- **YOUR OBJECTIVE**
Copy, from the material below, every line in which the word "revolve" can be found.
─── SOURCE RECORDS ───
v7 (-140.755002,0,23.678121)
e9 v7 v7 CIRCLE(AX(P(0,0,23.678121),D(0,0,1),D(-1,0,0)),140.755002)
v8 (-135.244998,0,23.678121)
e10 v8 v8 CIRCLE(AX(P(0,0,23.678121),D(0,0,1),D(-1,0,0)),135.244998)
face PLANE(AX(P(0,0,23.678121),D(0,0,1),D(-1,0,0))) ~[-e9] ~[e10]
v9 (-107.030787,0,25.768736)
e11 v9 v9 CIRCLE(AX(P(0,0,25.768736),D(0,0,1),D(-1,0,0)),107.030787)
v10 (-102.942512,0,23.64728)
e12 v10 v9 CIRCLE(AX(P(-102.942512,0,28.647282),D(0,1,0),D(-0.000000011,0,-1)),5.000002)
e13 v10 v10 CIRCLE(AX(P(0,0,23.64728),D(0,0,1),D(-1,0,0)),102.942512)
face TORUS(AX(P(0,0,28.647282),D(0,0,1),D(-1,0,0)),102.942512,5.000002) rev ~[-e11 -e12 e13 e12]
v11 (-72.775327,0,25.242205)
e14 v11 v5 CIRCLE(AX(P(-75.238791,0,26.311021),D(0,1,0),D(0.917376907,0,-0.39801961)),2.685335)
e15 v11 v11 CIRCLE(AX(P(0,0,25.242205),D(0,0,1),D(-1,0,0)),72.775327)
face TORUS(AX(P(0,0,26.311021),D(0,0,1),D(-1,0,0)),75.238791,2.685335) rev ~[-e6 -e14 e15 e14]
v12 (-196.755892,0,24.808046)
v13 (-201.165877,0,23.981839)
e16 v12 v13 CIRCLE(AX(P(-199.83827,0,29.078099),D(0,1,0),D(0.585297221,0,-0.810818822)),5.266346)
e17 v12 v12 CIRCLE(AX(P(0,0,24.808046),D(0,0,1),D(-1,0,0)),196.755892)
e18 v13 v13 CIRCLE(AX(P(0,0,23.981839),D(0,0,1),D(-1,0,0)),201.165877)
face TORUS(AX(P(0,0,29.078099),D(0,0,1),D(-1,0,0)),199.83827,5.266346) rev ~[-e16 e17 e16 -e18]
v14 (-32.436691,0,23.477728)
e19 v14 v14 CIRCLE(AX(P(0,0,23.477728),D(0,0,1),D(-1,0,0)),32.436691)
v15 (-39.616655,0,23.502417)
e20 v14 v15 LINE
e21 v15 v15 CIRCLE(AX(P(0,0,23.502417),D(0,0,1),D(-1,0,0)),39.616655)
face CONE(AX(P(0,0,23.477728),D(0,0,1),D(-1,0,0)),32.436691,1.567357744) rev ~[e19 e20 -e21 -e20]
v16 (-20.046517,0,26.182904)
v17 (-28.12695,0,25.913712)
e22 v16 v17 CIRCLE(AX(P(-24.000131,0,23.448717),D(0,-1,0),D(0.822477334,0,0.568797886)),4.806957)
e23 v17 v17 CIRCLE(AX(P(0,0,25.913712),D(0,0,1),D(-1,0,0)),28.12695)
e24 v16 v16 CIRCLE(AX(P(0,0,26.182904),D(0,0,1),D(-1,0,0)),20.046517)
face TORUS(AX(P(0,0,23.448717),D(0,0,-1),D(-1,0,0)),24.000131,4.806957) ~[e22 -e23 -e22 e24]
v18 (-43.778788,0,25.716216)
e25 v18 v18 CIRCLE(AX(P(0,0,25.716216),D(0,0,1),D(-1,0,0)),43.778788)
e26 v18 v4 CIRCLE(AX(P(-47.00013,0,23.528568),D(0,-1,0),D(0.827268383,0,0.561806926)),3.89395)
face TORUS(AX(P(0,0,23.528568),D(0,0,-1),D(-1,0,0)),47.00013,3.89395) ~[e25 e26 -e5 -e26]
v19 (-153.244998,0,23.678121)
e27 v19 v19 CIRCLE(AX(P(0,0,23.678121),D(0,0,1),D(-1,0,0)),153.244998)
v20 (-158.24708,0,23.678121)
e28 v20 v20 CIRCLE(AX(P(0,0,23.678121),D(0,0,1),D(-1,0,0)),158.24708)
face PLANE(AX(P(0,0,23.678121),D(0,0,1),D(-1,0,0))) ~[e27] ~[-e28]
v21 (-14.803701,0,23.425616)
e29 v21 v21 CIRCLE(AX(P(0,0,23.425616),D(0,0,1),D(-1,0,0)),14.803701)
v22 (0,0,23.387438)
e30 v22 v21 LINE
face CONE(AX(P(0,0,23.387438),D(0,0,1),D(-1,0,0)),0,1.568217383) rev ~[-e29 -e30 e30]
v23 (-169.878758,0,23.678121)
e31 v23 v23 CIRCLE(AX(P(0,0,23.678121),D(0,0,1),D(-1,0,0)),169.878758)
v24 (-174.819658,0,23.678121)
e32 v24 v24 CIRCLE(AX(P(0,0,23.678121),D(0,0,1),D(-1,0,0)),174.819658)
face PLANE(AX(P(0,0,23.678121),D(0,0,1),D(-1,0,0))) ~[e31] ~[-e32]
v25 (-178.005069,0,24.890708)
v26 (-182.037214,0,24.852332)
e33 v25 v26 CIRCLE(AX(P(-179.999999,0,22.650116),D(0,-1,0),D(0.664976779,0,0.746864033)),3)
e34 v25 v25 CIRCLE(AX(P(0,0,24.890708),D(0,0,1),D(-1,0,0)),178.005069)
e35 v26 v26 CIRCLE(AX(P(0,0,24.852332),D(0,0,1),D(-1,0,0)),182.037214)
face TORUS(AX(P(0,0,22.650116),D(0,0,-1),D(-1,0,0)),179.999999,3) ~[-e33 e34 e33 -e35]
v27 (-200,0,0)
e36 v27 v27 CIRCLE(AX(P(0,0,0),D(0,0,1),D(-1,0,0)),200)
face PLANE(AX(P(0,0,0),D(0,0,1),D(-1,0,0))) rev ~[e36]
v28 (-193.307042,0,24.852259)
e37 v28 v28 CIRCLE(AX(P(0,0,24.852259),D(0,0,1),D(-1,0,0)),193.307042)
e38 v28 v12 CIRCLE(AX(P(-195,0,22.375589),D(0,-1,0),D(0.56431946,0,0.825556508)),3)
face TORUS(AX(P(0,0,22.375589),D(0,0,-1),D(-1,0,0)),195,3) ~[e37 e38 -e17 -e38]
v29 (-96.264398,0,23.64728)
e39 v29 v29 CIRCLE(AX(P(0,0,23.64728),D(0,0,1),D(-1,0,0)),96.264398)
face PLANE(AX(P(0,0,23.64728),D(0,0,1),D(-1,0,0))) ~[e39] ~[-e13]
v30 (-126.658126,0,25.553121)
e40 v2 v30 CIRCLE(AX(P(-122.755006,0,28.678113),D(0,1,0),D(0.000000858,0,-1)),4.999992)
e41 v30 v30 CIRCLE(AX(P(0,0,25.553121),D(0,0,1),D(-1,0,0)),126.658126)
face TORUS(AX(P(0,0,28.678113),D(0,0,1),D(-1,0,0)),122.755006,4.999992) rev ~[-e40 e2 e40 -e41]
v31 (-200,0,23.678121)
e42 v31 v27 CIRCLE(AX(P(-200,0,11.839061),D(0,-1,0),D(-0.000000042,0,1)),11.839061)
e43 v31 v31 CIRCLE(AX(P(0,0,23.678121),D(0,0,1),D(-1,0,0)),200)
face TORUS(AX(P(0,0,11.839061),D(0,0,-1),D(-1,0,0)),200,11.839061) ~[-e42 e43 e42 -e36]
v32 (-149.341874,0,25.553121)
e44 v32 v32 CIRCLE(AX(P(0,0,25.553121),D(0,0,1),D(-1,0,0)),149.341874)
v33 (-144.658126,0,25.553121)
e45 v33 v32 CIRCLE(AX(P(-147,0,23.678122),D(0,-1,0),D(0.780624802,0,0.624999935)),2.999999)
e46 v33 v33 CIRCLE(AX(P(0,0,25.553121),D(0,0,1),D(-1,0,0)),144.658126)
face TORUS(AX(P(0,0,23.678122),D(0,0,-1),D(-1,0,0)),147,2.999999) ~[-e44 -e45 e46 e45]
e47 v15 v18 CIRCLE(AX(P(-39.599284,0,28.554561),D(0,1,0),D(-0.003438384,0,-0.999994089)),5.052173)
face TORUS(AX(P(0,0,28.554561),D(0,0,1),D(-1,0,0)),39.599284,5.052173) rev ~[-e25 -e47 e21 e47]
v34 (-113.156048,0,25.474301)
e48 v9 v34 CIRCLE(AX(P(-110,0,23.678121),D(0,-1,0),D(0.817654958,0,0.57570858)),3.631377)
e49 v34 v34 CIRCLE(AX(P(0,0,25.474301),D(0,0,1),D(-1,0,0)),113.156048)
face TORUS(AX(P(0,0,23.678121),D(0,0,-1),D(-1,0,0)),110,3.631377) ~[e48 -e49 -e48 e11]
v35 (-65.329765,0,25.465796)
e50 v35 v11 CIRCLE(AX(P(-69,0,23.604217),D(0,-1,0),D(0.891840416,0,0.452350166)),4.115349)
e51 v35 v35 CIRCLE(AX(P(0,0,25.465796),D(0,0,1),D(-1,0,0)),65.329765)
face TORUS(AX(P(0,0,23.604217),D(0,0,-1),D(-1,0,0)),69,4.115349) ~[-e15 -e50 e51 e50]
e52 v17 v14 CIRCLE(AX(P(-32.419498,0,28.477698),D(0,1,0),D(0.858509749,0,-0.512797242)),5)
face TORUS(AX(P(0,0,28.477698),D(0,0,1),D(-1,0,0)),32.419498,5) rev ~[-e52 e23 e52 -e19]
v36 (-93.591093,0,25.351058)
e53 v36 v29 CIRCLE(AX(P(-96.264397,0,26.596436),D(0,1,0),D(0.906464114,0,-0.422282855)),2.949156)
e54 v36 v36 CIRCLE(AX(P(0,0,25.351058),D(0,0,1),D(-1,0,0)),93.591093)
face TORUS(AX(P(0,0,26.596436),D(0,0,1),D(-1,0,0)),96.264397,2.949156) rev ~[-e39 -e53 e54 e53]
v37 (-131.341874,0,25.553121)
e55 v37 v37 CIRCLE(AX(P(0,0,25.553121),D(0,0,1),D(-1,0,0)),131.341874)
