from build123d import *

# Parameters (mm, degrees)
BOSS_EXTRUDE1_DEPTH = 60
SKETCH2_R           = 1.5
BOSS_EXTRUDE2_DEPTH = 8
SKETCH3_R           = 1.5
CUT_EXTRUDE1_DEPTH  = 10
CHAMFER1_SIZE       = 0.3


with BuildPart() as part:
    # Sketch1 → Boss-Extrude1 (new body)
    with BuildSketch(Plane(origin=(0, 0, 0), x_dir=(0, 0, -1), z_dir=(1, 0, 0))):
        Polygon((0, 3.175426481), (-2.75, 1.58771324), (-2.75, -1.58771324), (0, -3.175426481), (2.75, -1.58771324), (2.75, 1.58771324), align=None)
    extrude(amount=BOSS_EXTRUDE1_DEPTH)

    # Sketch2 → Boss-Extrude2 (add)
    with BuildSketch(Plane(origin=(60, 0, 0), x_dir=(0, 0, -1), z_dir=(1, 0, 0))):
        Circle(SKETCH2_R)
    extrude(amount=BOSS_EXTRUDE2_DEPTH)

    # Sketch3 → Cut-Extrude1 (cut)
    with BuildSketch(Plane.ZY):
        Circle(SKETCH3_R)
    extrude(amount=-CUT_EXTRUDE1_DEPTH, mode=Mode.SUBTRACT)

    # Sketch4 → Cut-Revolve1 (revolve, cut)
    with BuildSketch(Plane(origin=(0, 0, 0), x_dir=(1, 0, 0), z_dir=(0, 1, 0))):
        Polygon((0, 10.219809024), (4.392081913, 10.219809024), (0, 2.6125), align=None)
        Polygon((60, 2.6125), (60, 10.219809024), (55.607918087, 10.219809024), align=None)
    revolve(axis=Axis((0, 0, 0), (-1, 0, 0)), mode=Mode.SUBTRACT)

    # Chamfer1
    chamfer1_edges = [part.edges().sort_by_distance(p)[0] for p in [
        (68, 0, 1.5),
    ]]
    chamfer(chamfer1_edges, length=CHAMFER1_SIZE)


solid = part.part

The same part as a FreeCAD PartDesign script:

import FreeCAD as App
import Part
import Sketcher

V = App.Vector
Q = App.Units.Quantity


def edges_at(feature, points):
    """Names of the edges that pass closest to the given points."""
    edges = feature.Shape.Edges
    near = lambda p: min(range(len(edges)), key=lambda i: edges[i].distToShape(Part.Vertex(*p))[0])
    return sorted({f"Edge{near(p) + 1}" for p in points})


def add_polygon(sketch, points):
    """Adds a closed chain of lines whose ends are joined by coincident constraints."""
    first, n = sketch.GeometryCount, len(points)
    for a, b in zip(points, points[1:] + points[:1]):
        sketch.addGeometry(Part.LineSegment(App.Vector(*a, 0), App.Vector(*b, 0)), False)
    for i in range(n):
        sketch.addConstraint(Sketcher.Constraint("Coincident", first + i, 2, first + (i + 1) % n, 1))

doc = App.newDocument("Part")
body = doc.addObject("PartDesign::Body", "Body")

# Sketch on YZ plane
sketch1 = doc.addObject("Sketcher::SketchObject", "Sketch")
body.addObject(sketch1)
sketch1.AttachmentSupport = (doc.YZ_Plane, [""])
sketch1.MapMode = "FlatFace"
add_polygon(sketch1, [(3.2, 0), (1.6, 2.8), (-1.6, 2.8), (-3.2, 0), (-1.6, -2.8), (1.6, -2.8)])  # lines 0-5
sketch1.addConstraint([
    Sketcher.Constraint("Horizontal", 1),
    Sketcher.Constraint("Horizontal", 4),
    Sketcher.Constraint("Symmetric", 0, 2, 3, 2, -1, 1),
    Sketcher.Constraint("Symmetric", 2, 2, 5, 2, -1, 1),
    Sketcher.Constraint("PointOnObject", 2, 2, -1),
    Sketcher.Constraint("Parallel", 2, 5),
    Sketcher.Constraint("Vertical", 1, 2, 3, 2),
    Sketcher.Constraint("Angle", 0, Q("120 deg")),
    Sketcher.Constraint("DistanceY", 3, 2, 1, 2, 5.5),
    Sketcher.Constraint("DistanceX", 1, 2, 1, 1, 3.175426),
])
pad1 = doc.addObject("PartDesign::Pad", "Pad")
body.addObject(pad1)
pad1.Profile = sketch1
pad1.Length = 60

# Sketch on YZ plane
sketch2 = doc.addObject("Sketcher::SketchObject", "Sketch001")
body.addObject(sketch2)
sketch2.AttachmentSupport = (doc.YZ_Plane, [""])
sketch2.MapMode = "FlatFace"
sketch2.AttachmentOffset = App.Placement(V(0, 0, 60), App.Rotation())
sketch2.addGeometry(Part.Circle(V(0, 0, 0), V(0, 0, 1), 1.5), False)
sketch2.addConstraint([
    Sketcher.Constraint("Coincident", 0, 3, -1, 1),
    Sketcher.Constraint("Diameter", 0, 3.0),
])
pad2 = doc.addObject("PartDesign::Pad", "Pad001")
body.addObject(pad2)
pad2.Profile = sketch2
pad2.Length = 8

# Sketch on YZ plane
sketch3 = doc.addObject("Sketcher::SketchObject", "Sketch002")
body.addObject(sketch3)
sketch3.AttachmentSupport = (doc.YZ_Plane, [""])
sketch3.MapMode = "FlatFace"
sketch3.addGeometry(Part.Circle(V(0, 0, 0), V(0, 0, 1), 1.5), False)
sketch3.addConstraint([
    Sketcher.Constraint("Coincident", 0, 3, -1, 1),
    Sketcher.Constraint("Diameter", 0, 3.0),
])
pocket1 = doc.addObject("PartDesign::Pocket", "Pocket")
body.addObject(pocket1)
pocket1.Profile = sketch3
pocket1.Length = 10
pocket1.Reversed = True

# Sketch on XZ plane
sketch4 = doc.addObject("Sketcher::SketchObject", "Sketch003")
body.addObject(sketch4)
sketch4.AttachmentSupport = (doc.XZ_Plane, [""])
sketch4.MapMode = "FlatFace"
add_polygon(sketch4, [(4.4, -10.2), (0, -10.2), (0, -2.6)])  # lines 0-2
add_polygon(sketch4, [(60, -2.6), (60, -10.2), (55.6, -10.2)])  # lines 3-5
sketch4.addConstraint([
    Sketcher.Constraint("Horizontal", 0),
    Sketcher.Constraint("Vertical", 1),
    Sketcher.Constraint("Vertical", 3),
    Sketcher.Constraint("Horizontal", 4),
    Sketcher.Constraint("PointOnObject", 0, 2, -2),
    Sketcher.Constraint("Horizontal", 2, 2, 3, 2),
    Sketcher.Constraint("Horizontal", 1, 2, 5, 2),
    Sketcher.Constraint("Equal", 0, 4),
    Sketcher.Constraint("Angle", 2, Q("-60 deg")),
    Sketcher.Constraint("DistanceX", -1, 1, 3, 2, 60.0),
    Sketcher.Constraint("DistanceX", 0, 2, 0, 1, 4.392082),
    Sketcher.Constraint("DistanceY", 1, 2, -1, 1, 2.6125),
])
groove = doc.addObject("PartDesign::Groove", "Groove")
body.addObject(groove)
groove.Profile = sketch4
groove.ReferenceAxis = (sketch4, ["H_Axis"])
groove.Angle = 360
doc.recompute()

chamfer = doc.addObject("PartDesign::Chamfer", "Chamfer")
body.addObject(chamfer)
chamfer.Base = (groove, edges_at(groove, [(68, 0, 1.5)]))
chamfer.Size = 0.3

doc.recompute()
───
- **ANSWER SECTION**
    # Sketch4 → Cut-Revolve1 (revolve, cut)
    revolve(axis=Axis((0, 0, 0), (-1, 0, 0)), mode=Mode.SUBTRACT)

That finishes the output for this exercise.